Required work →
Your job with the data below: print everything from the line that holds "#49=CARTESIAN_POINT('',(927.1,0.,0.));" down to the line that holds "#85=VERTEX_POINT('',#84);", ends included, exactly, and nothing else.

Data for analysis →
· · · · ·
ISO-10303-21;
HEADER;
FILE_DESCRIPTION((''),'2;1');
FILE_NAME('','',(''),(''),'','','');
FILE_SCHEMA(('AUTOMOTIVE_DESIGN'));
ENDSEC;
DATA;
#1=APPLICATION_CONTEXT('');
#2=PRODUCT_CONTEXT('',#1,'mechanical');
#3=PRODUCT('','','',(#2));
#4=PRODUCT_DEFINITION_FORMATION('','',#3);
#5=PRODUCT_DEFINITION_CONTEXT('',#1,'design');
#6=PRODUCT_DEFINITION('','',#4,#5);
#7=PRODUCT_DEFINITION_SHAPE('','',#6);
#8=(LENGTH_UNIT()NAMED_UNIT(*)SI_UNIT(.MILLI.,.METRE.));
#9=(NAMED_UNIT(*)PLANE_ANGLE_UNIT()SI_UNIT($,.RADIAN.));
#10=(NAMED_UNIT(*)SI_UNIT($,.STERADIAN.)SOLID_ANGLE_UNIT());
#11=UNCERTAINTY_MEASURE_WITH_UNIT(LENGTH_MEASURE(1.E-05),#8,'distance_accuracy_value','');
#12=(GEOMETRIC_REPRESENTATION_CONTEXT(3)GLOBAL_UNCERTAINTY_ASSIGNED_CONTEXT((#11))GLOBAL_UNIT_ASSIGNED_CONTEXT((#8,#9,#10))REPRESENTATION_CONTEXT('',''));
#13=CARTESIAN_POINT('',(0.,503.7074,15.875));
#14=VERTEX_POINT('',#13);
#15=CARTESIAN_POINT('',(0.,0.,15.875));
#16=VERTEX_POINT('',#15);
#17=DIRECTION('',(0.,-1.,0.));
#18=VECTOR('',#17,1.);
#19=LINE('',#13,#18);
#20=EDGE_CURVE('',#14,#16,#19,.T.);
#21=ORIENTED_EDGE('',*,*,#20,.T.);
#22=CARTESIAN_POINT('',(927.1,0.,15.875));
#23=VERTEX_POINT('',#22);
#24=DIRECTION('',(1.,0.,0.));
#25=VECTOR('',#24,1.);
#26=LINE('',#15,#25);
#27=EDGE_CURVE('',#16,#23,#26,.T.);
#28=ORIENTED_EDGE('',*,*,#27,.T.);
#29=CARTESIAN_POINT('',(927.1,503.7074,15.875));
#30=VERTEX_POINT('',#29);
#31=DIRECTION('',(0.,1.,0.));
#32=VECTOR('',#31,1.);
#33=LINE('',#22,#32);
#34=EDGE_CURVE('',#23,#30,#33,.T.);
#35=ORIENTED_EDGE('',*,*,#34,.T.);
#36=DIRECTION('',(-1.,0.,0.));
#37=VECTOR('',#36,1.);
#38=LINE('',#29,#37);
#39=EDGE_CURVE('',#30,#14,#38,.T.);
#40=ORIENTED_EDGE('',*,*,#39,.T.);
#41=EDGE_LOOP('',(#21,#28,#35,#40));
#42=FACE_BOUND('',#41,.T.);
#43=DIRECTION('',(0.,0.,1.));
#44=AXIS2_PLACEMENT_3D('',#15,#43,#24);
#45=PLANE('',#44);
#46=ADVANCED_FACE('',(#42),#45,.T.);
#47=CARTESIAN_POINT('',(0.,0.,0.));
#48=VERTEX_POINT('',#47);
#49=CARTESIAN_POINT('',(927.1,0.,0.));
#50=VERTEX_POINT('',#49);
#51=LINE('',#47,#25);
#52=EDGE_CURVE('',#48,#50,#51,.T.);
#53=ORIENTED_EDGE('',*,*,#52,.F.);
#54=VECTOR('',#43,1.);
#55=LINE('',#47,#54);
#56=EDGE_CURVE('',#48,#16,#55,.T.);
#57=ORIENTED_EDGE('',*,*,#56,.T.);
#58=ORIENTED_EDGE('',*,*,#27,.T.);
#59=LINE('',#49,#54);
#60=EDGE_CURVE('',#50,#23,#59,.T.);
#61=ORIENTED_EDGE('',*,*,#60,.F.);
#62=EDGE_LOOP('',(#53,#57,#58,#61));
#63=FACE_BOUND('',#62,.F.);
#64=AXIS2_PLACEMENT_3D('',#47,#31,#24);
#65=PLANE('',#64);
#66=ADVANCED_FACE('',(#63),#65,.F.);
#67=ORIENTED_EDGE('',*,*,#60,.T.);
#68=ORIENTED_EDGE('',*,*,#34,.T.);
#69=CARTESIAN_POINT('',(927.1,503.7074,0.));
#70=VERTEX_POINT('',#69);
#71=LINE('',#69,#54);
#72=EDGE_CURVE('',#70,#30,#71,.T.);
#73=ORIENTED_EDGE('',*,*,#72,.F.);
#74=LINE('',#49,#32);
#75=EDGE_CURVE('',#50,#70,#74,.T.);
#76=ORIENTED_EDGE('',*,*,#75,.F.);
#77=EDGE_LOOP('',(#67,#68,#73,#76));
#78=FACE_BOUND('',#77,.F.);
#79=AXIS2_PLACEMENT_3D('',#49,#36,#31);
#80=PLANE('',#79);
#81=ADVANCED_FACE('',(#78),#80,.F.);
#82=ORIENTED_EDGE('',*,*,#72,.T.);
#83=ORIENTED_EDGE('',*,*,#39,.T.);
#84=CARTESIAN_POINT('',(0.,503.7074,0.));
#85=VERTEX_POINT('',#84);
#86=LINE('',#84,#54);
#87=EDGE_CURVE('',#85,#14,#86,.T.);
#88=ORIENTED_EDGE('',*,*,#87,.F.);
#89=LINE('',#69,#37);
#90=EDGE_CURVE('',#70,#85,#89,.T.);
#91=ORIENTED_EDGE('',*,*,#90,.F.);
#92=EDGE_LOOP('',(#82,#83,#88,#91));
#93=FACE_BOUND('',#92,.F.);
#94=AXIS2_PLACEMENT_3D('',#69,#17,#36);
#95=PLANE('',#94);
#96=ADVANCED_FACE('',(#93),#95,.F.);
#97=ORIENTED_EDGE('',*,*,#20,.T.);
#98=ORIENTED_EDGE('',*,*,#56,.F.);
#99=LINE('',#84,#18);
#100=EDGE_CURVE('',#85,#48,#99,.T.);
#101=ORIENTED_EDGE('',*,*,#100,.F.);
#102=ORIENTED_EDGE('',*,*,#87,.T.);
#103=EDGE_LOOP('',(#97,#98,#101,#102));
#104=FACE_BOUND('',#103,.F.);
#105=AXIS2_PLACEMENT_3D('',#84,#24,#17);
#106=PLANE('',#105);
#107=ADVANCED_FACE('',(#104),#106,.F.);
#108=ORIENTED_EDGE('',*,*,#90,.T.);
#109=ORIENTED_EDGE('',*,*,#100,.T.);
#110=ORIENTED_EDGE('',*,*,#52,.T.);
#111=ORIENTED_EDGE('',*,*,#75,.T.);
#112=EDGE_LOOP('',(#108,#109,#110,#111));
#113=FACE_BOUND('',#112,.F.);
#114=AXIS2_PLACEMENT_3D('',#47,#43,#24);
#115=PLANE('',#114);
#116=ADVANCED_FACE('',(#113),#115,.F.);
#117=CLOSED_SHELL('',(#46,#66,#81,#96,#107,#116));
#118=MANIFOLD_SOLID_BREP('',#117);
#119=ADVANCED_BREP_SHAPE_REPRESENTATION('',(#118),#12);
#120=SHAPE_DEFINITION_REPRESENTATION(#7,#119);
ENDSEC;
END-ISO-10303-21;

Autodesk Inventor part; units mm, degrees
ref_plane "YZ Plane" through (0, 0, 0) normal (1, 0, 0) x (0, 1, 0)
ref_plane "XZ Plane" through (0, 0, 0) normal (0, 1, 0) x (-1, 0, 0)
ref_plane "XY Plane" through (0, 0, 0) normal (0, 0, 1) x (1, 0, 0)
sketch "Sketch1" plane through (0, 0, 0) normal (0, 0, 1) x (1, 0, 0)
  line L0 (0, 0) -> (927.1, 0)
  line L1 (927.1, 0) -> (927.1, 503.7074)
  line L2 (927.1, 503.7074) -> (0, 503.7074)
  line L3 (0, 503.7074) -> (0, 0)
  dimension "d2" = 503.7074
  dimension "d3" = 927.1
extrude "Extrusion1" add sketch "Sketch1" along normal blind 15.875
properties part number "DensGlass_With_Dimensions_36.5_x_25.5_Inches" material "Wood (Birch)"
· · · · ·
Exercise result →
#49=CARTESIAN_POINT('',(927.1,0.,0.));
#50=VERTEX_POINT('',#49);
#51=LINE('',#47,#25);
#52=EDGE_CURVE('',#48,#50,#51,.T.);
#53=ORIENTED_EDGE('',*,*,#52,.F.);
#54=VECTOR('',#43,1.);
#55=LINE('',#47,#54);
#56=EDGE_CURVE('',#48,#16,#55,.T.);
#57=ORIENTED_EDGE('',*,*,#56,.T.);
#58=ORIENTED_EDGE('',*,*,#27,.T.);
#59=LINE('',#49,#54);
#60=EDGE_CURVE('',#50,#23,#59,.T.);
#61=ORIENTED_EDGE('',*,*,#60,.F.);
#62=EDGE_LOOP('',(#53,#57,#58,#61));
#63=FACE_BOUND('',#62,.F.);
#64=AXIS2_PLACEMENT_3D('',#47,#31,#24);
#65=PLANE('',#64);
#66=ADVANCED_FACE('',(#63),#65,.F.);
#67=ORIENTED_EDGE('',*,*,#60,.T.);
#68=ORIENTED_EDGE('',*,*,#34,.T.);
#69=CARTESIAN_POINT('',(927.1,503.7074,0.));
#70=VERTEX_POINT('',#69);
#71=LINE('',#69,#54);
#72=EDGE_CURVE('',#70,#30,#71,.T.);
#73=ORIENTED_EDGE('',*,*,#72,.F.);
#74=LINE('',#49,#32);
#75=EDGE_CURVE('',#50,#70,#74,.T.);
#76=ORIENTED_EDGE('',*,*,#75,.F.);
#77=EDGE_LOOP('',(#67,#68,#73,#76));
#78=FACE_BOUND('',#77,.F.);
#79=AXIS2_PLACEMENT_3D('',#49,#36,#31);
#80=PLANE('',#79);
#81=ADVANCED_FACE('',(#78),#80,.F.);
#82=ORIENTED_EDGE('',*,*,#72,.T.);
#83=ORIENTED_EDGE('',*,*,#39,.T.);
#84=CARTESIAN_POINT('',(0.,503.7074,0.));
#85=VERTEX_POINT('',#84);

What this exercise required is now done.